**Task instructions:**
Where the word "radians" shows up in the entries below, please copy the whole line.

··········

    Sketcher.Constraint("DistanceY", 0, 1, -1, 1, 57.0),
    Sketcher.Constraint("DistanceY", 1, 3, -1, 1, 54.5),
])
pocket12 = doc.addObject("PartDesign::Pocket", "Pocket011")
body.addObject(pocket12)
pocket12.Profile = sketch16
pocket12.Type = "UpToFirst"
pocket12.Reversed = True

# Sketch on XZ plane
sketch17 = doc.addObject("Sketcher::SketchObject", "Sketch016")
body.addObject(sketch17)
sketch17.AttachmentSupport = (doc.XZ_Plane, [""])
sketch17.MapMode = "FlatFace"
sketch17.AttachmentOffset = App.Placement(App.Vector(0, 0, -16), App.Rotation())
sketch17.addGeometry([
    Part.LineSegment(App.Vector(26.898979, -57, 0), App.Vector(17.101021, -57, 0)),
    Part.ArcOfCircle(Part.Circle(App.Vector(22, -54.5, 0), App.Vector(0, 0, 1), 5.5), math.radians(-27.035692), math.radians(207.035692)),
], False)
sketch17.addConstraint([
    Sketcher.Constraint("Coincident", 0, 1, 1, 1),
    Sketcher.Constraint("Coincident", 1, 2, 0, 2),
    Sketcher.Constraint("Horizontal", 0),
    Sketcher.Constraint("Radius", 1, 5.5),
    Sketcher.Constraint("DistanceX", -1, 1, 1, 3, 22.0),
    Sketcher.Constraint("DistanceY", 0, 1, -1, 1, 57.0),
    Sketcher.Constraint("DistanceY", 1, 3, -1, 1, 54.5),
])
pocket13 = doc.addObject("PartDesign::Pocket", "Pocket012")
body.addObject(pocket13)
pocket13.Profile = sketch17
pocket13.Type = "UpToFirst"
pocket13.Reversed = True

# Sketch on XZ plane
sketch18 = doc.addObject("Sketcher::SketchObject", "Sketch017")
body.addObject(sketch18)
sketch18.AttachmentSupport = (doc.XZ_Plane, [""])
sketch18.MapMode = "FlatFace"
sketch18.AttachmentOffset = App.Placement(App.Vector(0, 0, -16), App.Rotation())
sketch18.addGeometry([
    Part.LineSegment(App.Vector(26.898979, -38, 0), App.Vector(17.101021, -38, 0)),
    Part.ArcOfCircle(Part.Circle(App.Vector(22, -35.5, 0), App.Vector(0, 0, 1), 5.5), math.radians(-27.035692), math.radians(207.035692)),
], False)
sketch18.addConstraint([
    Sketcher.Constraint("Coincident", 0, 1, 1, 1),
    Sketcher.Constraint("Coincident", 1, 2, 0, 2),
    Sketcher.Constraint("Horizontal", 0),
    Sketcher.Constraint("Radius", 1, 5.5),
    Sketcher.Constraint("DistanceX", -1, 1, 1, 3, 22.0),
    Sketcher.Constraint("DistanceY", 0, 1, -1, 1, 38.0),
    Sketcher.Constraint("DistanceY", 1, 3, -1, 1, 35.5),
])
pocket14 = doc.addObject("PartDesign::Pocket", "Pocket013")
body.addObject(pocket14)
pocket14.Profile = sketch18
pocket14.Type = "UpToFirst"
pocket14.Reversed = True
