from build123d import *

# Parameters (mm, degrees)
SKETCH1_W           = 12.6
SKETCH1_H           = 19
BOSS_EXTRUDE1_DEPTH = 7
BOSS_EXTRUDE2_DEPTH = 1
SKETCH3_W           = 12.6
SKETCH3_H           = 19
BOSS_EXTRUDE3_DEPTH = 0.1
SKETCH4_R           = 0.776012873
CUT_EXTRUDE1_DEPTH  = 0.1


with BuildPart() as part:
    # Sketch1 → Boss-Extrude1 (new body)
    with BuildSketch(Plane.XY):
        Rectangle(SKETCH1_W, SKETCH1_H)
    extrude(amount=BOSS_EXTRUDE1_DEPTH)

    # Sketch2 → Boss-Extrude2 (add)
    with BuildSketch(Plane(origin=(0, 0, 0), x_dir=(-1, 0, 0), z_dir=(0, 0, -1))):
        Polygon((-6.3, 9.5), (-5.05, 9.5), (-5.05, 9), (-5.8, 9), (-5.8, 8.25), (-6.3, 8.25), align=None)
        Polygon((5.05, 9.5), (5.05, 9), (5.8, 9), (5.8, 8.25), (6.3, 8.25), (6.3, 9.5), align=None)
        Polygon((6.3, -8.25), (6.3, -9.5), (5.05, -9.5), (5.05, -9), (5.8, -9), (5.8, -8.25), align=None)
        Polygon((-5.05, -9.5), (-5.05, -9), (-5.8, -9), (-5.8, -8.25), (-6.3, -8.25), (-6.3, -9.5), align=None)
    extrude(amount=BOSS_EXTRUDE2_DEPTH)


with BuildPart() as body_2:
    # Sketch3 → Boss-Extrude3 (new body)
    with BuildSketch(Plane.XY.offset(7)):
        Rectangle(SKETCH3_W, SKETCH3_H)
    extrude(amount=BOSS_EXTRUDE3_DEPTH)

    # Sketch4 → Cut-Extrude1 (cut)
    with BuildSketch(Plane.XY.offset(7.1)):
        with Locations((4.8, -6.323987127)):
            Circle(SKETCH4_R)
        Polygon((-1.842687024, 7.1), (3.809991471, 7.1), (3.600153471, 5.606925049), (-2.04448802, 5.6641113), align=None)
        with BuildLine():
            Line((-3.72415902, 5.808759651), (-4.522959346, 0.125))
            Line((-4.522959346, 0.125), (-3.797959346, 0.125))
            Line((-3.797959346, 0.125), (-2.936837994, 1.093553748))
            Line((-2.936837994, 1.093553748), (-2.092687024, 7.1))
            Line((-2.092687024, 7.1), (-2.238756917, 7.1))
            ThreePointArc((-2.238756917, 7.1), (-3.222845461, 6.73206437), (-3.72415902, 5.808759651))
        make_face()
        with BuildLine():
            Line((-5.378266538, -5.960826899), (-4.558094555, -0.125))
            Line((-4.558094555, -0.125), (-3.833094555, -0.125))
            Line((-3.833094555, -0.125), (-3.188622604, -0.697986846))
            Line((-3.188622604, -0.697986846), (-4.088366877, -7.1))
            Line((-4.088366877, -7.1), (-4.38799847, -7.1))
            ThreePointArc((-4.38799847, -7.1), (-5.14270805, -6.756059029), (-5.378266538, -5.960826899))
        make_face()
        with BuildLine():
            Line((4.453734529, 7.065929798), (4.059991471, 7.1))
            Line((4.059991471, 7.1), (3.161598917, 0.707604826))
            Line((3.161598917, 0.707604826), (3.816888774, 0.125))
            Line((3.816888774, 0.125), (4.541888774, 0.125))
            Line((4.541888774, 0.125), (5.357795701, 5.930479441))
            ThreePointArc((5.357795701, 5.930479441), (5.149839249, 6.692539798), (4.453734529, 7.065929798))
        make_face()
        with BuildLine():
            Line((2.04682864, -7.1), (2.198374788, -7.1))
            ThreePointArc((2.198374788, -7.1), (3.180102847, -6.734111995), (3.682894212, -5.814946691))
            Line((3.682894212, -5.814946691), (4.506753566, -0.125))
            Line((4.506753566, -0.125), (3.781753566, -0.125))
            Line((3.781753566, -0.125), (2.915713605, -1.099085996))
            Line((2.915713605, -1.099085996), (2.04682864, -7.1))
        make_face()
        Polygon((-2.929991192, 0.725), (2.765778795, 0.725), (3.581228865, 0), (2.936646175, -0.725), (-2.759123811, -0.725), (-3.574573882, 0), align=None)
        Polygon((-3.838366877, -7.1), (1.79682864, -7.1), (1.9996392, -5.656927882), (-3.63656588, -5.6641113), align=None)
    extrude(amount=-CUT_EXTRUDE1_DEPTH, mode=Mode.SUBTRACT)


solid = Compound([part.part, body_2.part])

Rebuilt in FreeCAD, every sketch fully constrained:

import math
import FreeCAD as App
import Part
import Sketcher
Q = App.Units.Quantity

doc = App.newDocument("Part")
body = doc.addObject("PartDesign::Body", "Body")

sketch1 = doc.addObject("Sketcher::SketchObject", "Sketch")
body.addObject(sketch1)
sketch1.AttachmentSupport = (doc.XY_Plane, [""])
sketch1.MapMode = "FlatFace"
sketch1.addGeometry([
    Part.LineSegment(App.Vector(-6, 10, 0), App.Vector(-6, -10, 0)),
    Part.LineSegment(App.Vector(-6, -10, 0), App.Vector(6, -10, 0)),
    Part.LineSegment(App.Vector(6, -10, 0), App.Vector(6, 10, 0)),
    Part.LineSegment(App.Vector(6, 10, 0), App.Vector(-6, 10, 0)),
], False)
sketch1.addConstraint([
    Sketcher.Constraint("Coincident", 0, 2, 1, 1),
    Sketcher.Constraint("Coincident", 1, 2, 2, 1),
    Sketcher.Constraint("Coincident", 2, 2, 3, 1),
    Sketcher.Constraint("Coincident", 3, 2, 0, 1),
    Sketcher.Constraint("Vertical", 0),
    Sketcher.Constraint("Horizontal", 1),
    Sketcher.Constraint("Vertical", 2),
    Sketcher.Constraint("Horizontal", 3),
    Sketcher.Constraint("Symmetric", 0, 2, 2, 2, -1, 1),
    Sketcher.Constraint("DistanceY", 0, 2, 0, 1, 19.0),
    Sketcher.Constraint("DistanceX", 1, 1, 1, 2, 12.6),
])
pad1 = doc.addObject("PartDesign::Pad", "Pad")
body.addObject(pad1)
pad1.Profile = sketch1
pad1.Length = 7

sketch2 = doc.addObject("Sketcher::SketchObject", "Sketch001")
body.addObject(sketch2)
sketch2.AttachmentSupport = (doc.XY_Plane, [""])
sketch2.MapMode = "FlatFace"
sketch2.addGeometry([
    Part.LineSegment(App.Vector(5, 9.5, 0), App.Vector(6.3, 9.5, 0)),
    Part.LineSegment(App.Vector(6.3, 9.5, 0), App.Vector(6.3, 8.2, 0)),
    Part.LineSegment(App.Vector(6.3, 8.2, 0), App.Vector(5.8, 8.2, 0)),
    Part.LineSegment(App.Vector(5.8, 8.2, 0), App.Vector(5.8, 9, 0)),
    Part.LineSegment(App.Vector(5.8, 9, 0), App.Vector(5, 9, 0)),
    Part.LineSegment(App.Vector(5, 9, 0), App.Vector(5, 9.5, 0)),
    Part.LineSegment(App.Vector(-5, 9.5, 0), App.Vector(-5, 9, 0)),
    Part.LineSegment(App.Vector(-5, 9, 0), App.Vector(-5.8, 9, 0)),
    Part.LineSegment(App.Vector(-5.8, 9, 0), App.Vector(-5.8, 8.2, 0)),
    Part.LineSegment(App.Vector(-5.8, 8.2, 0), App.Vector(-6.3, 8.2, 0)),
    Part.LineSegment(App.Vector(-6.3, 8.2, 0), App.Vector(-6.3, 9.5, 0)),
    Part.LineSegment(App.Vector(-6.3, 9.5, 0), App.Vector(-5, 9.5, 0)),
    Part.LineSegment(App.Vector(-6.3, -9.5, 0), App.Vector(-6.3, -8.2, 0)),
    Part.LineSegment(App.Vector(-6.3, -8.2, 0), App.Vector(-5.8, -8.2, 0)),
    Part.LineSegment(App.Vector(-5.8, -8.2, 0), App.Vector(-5.8, -9, 0)),
    Part.LineSegment(App.Vector(-5.8, -9, 0), App.Vector(-5, -9, 0)),
    Part.LineSegment(App.Vector(-5, -9, 0), App.Vector(-5, -9.5, 0)),
    Part.LineSegment(App.Vector(-5, -9.5, 0), App.Vector(-6.3, -9.5, 0)),
    Part.LineSegment(App.Vector(5, -9.5, 0), App.Vector(5, -9, 0)),
    Part.LineSegment(App.Vector(5, -9, 0), App.Vector(5.8, -9, 0)),
    Part.LineSegment(App.Vector(5.8, -9, 0), App.Vector(5.8, -8.2, 0)),
    Part.LineSegment(App.Vector(5.8, -8.2, 0), App.Vector(6.3, -8.2, 0)),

··········

**Answer space:**
    Part.ArcOfCircle(Part.Circle(App.Vector(22, -54.5, 0), App.Vector(0, 0, 1), 5.5), math.radians(-27.035692), math.radians(207.035692)),
    Part.ArcOfCircle(Part.Circle(App.Vector(22, -35.5, 0), App.Vector(0, 0, 1), 5.5), math.radians(-27.035692), math.radians(207.035692)),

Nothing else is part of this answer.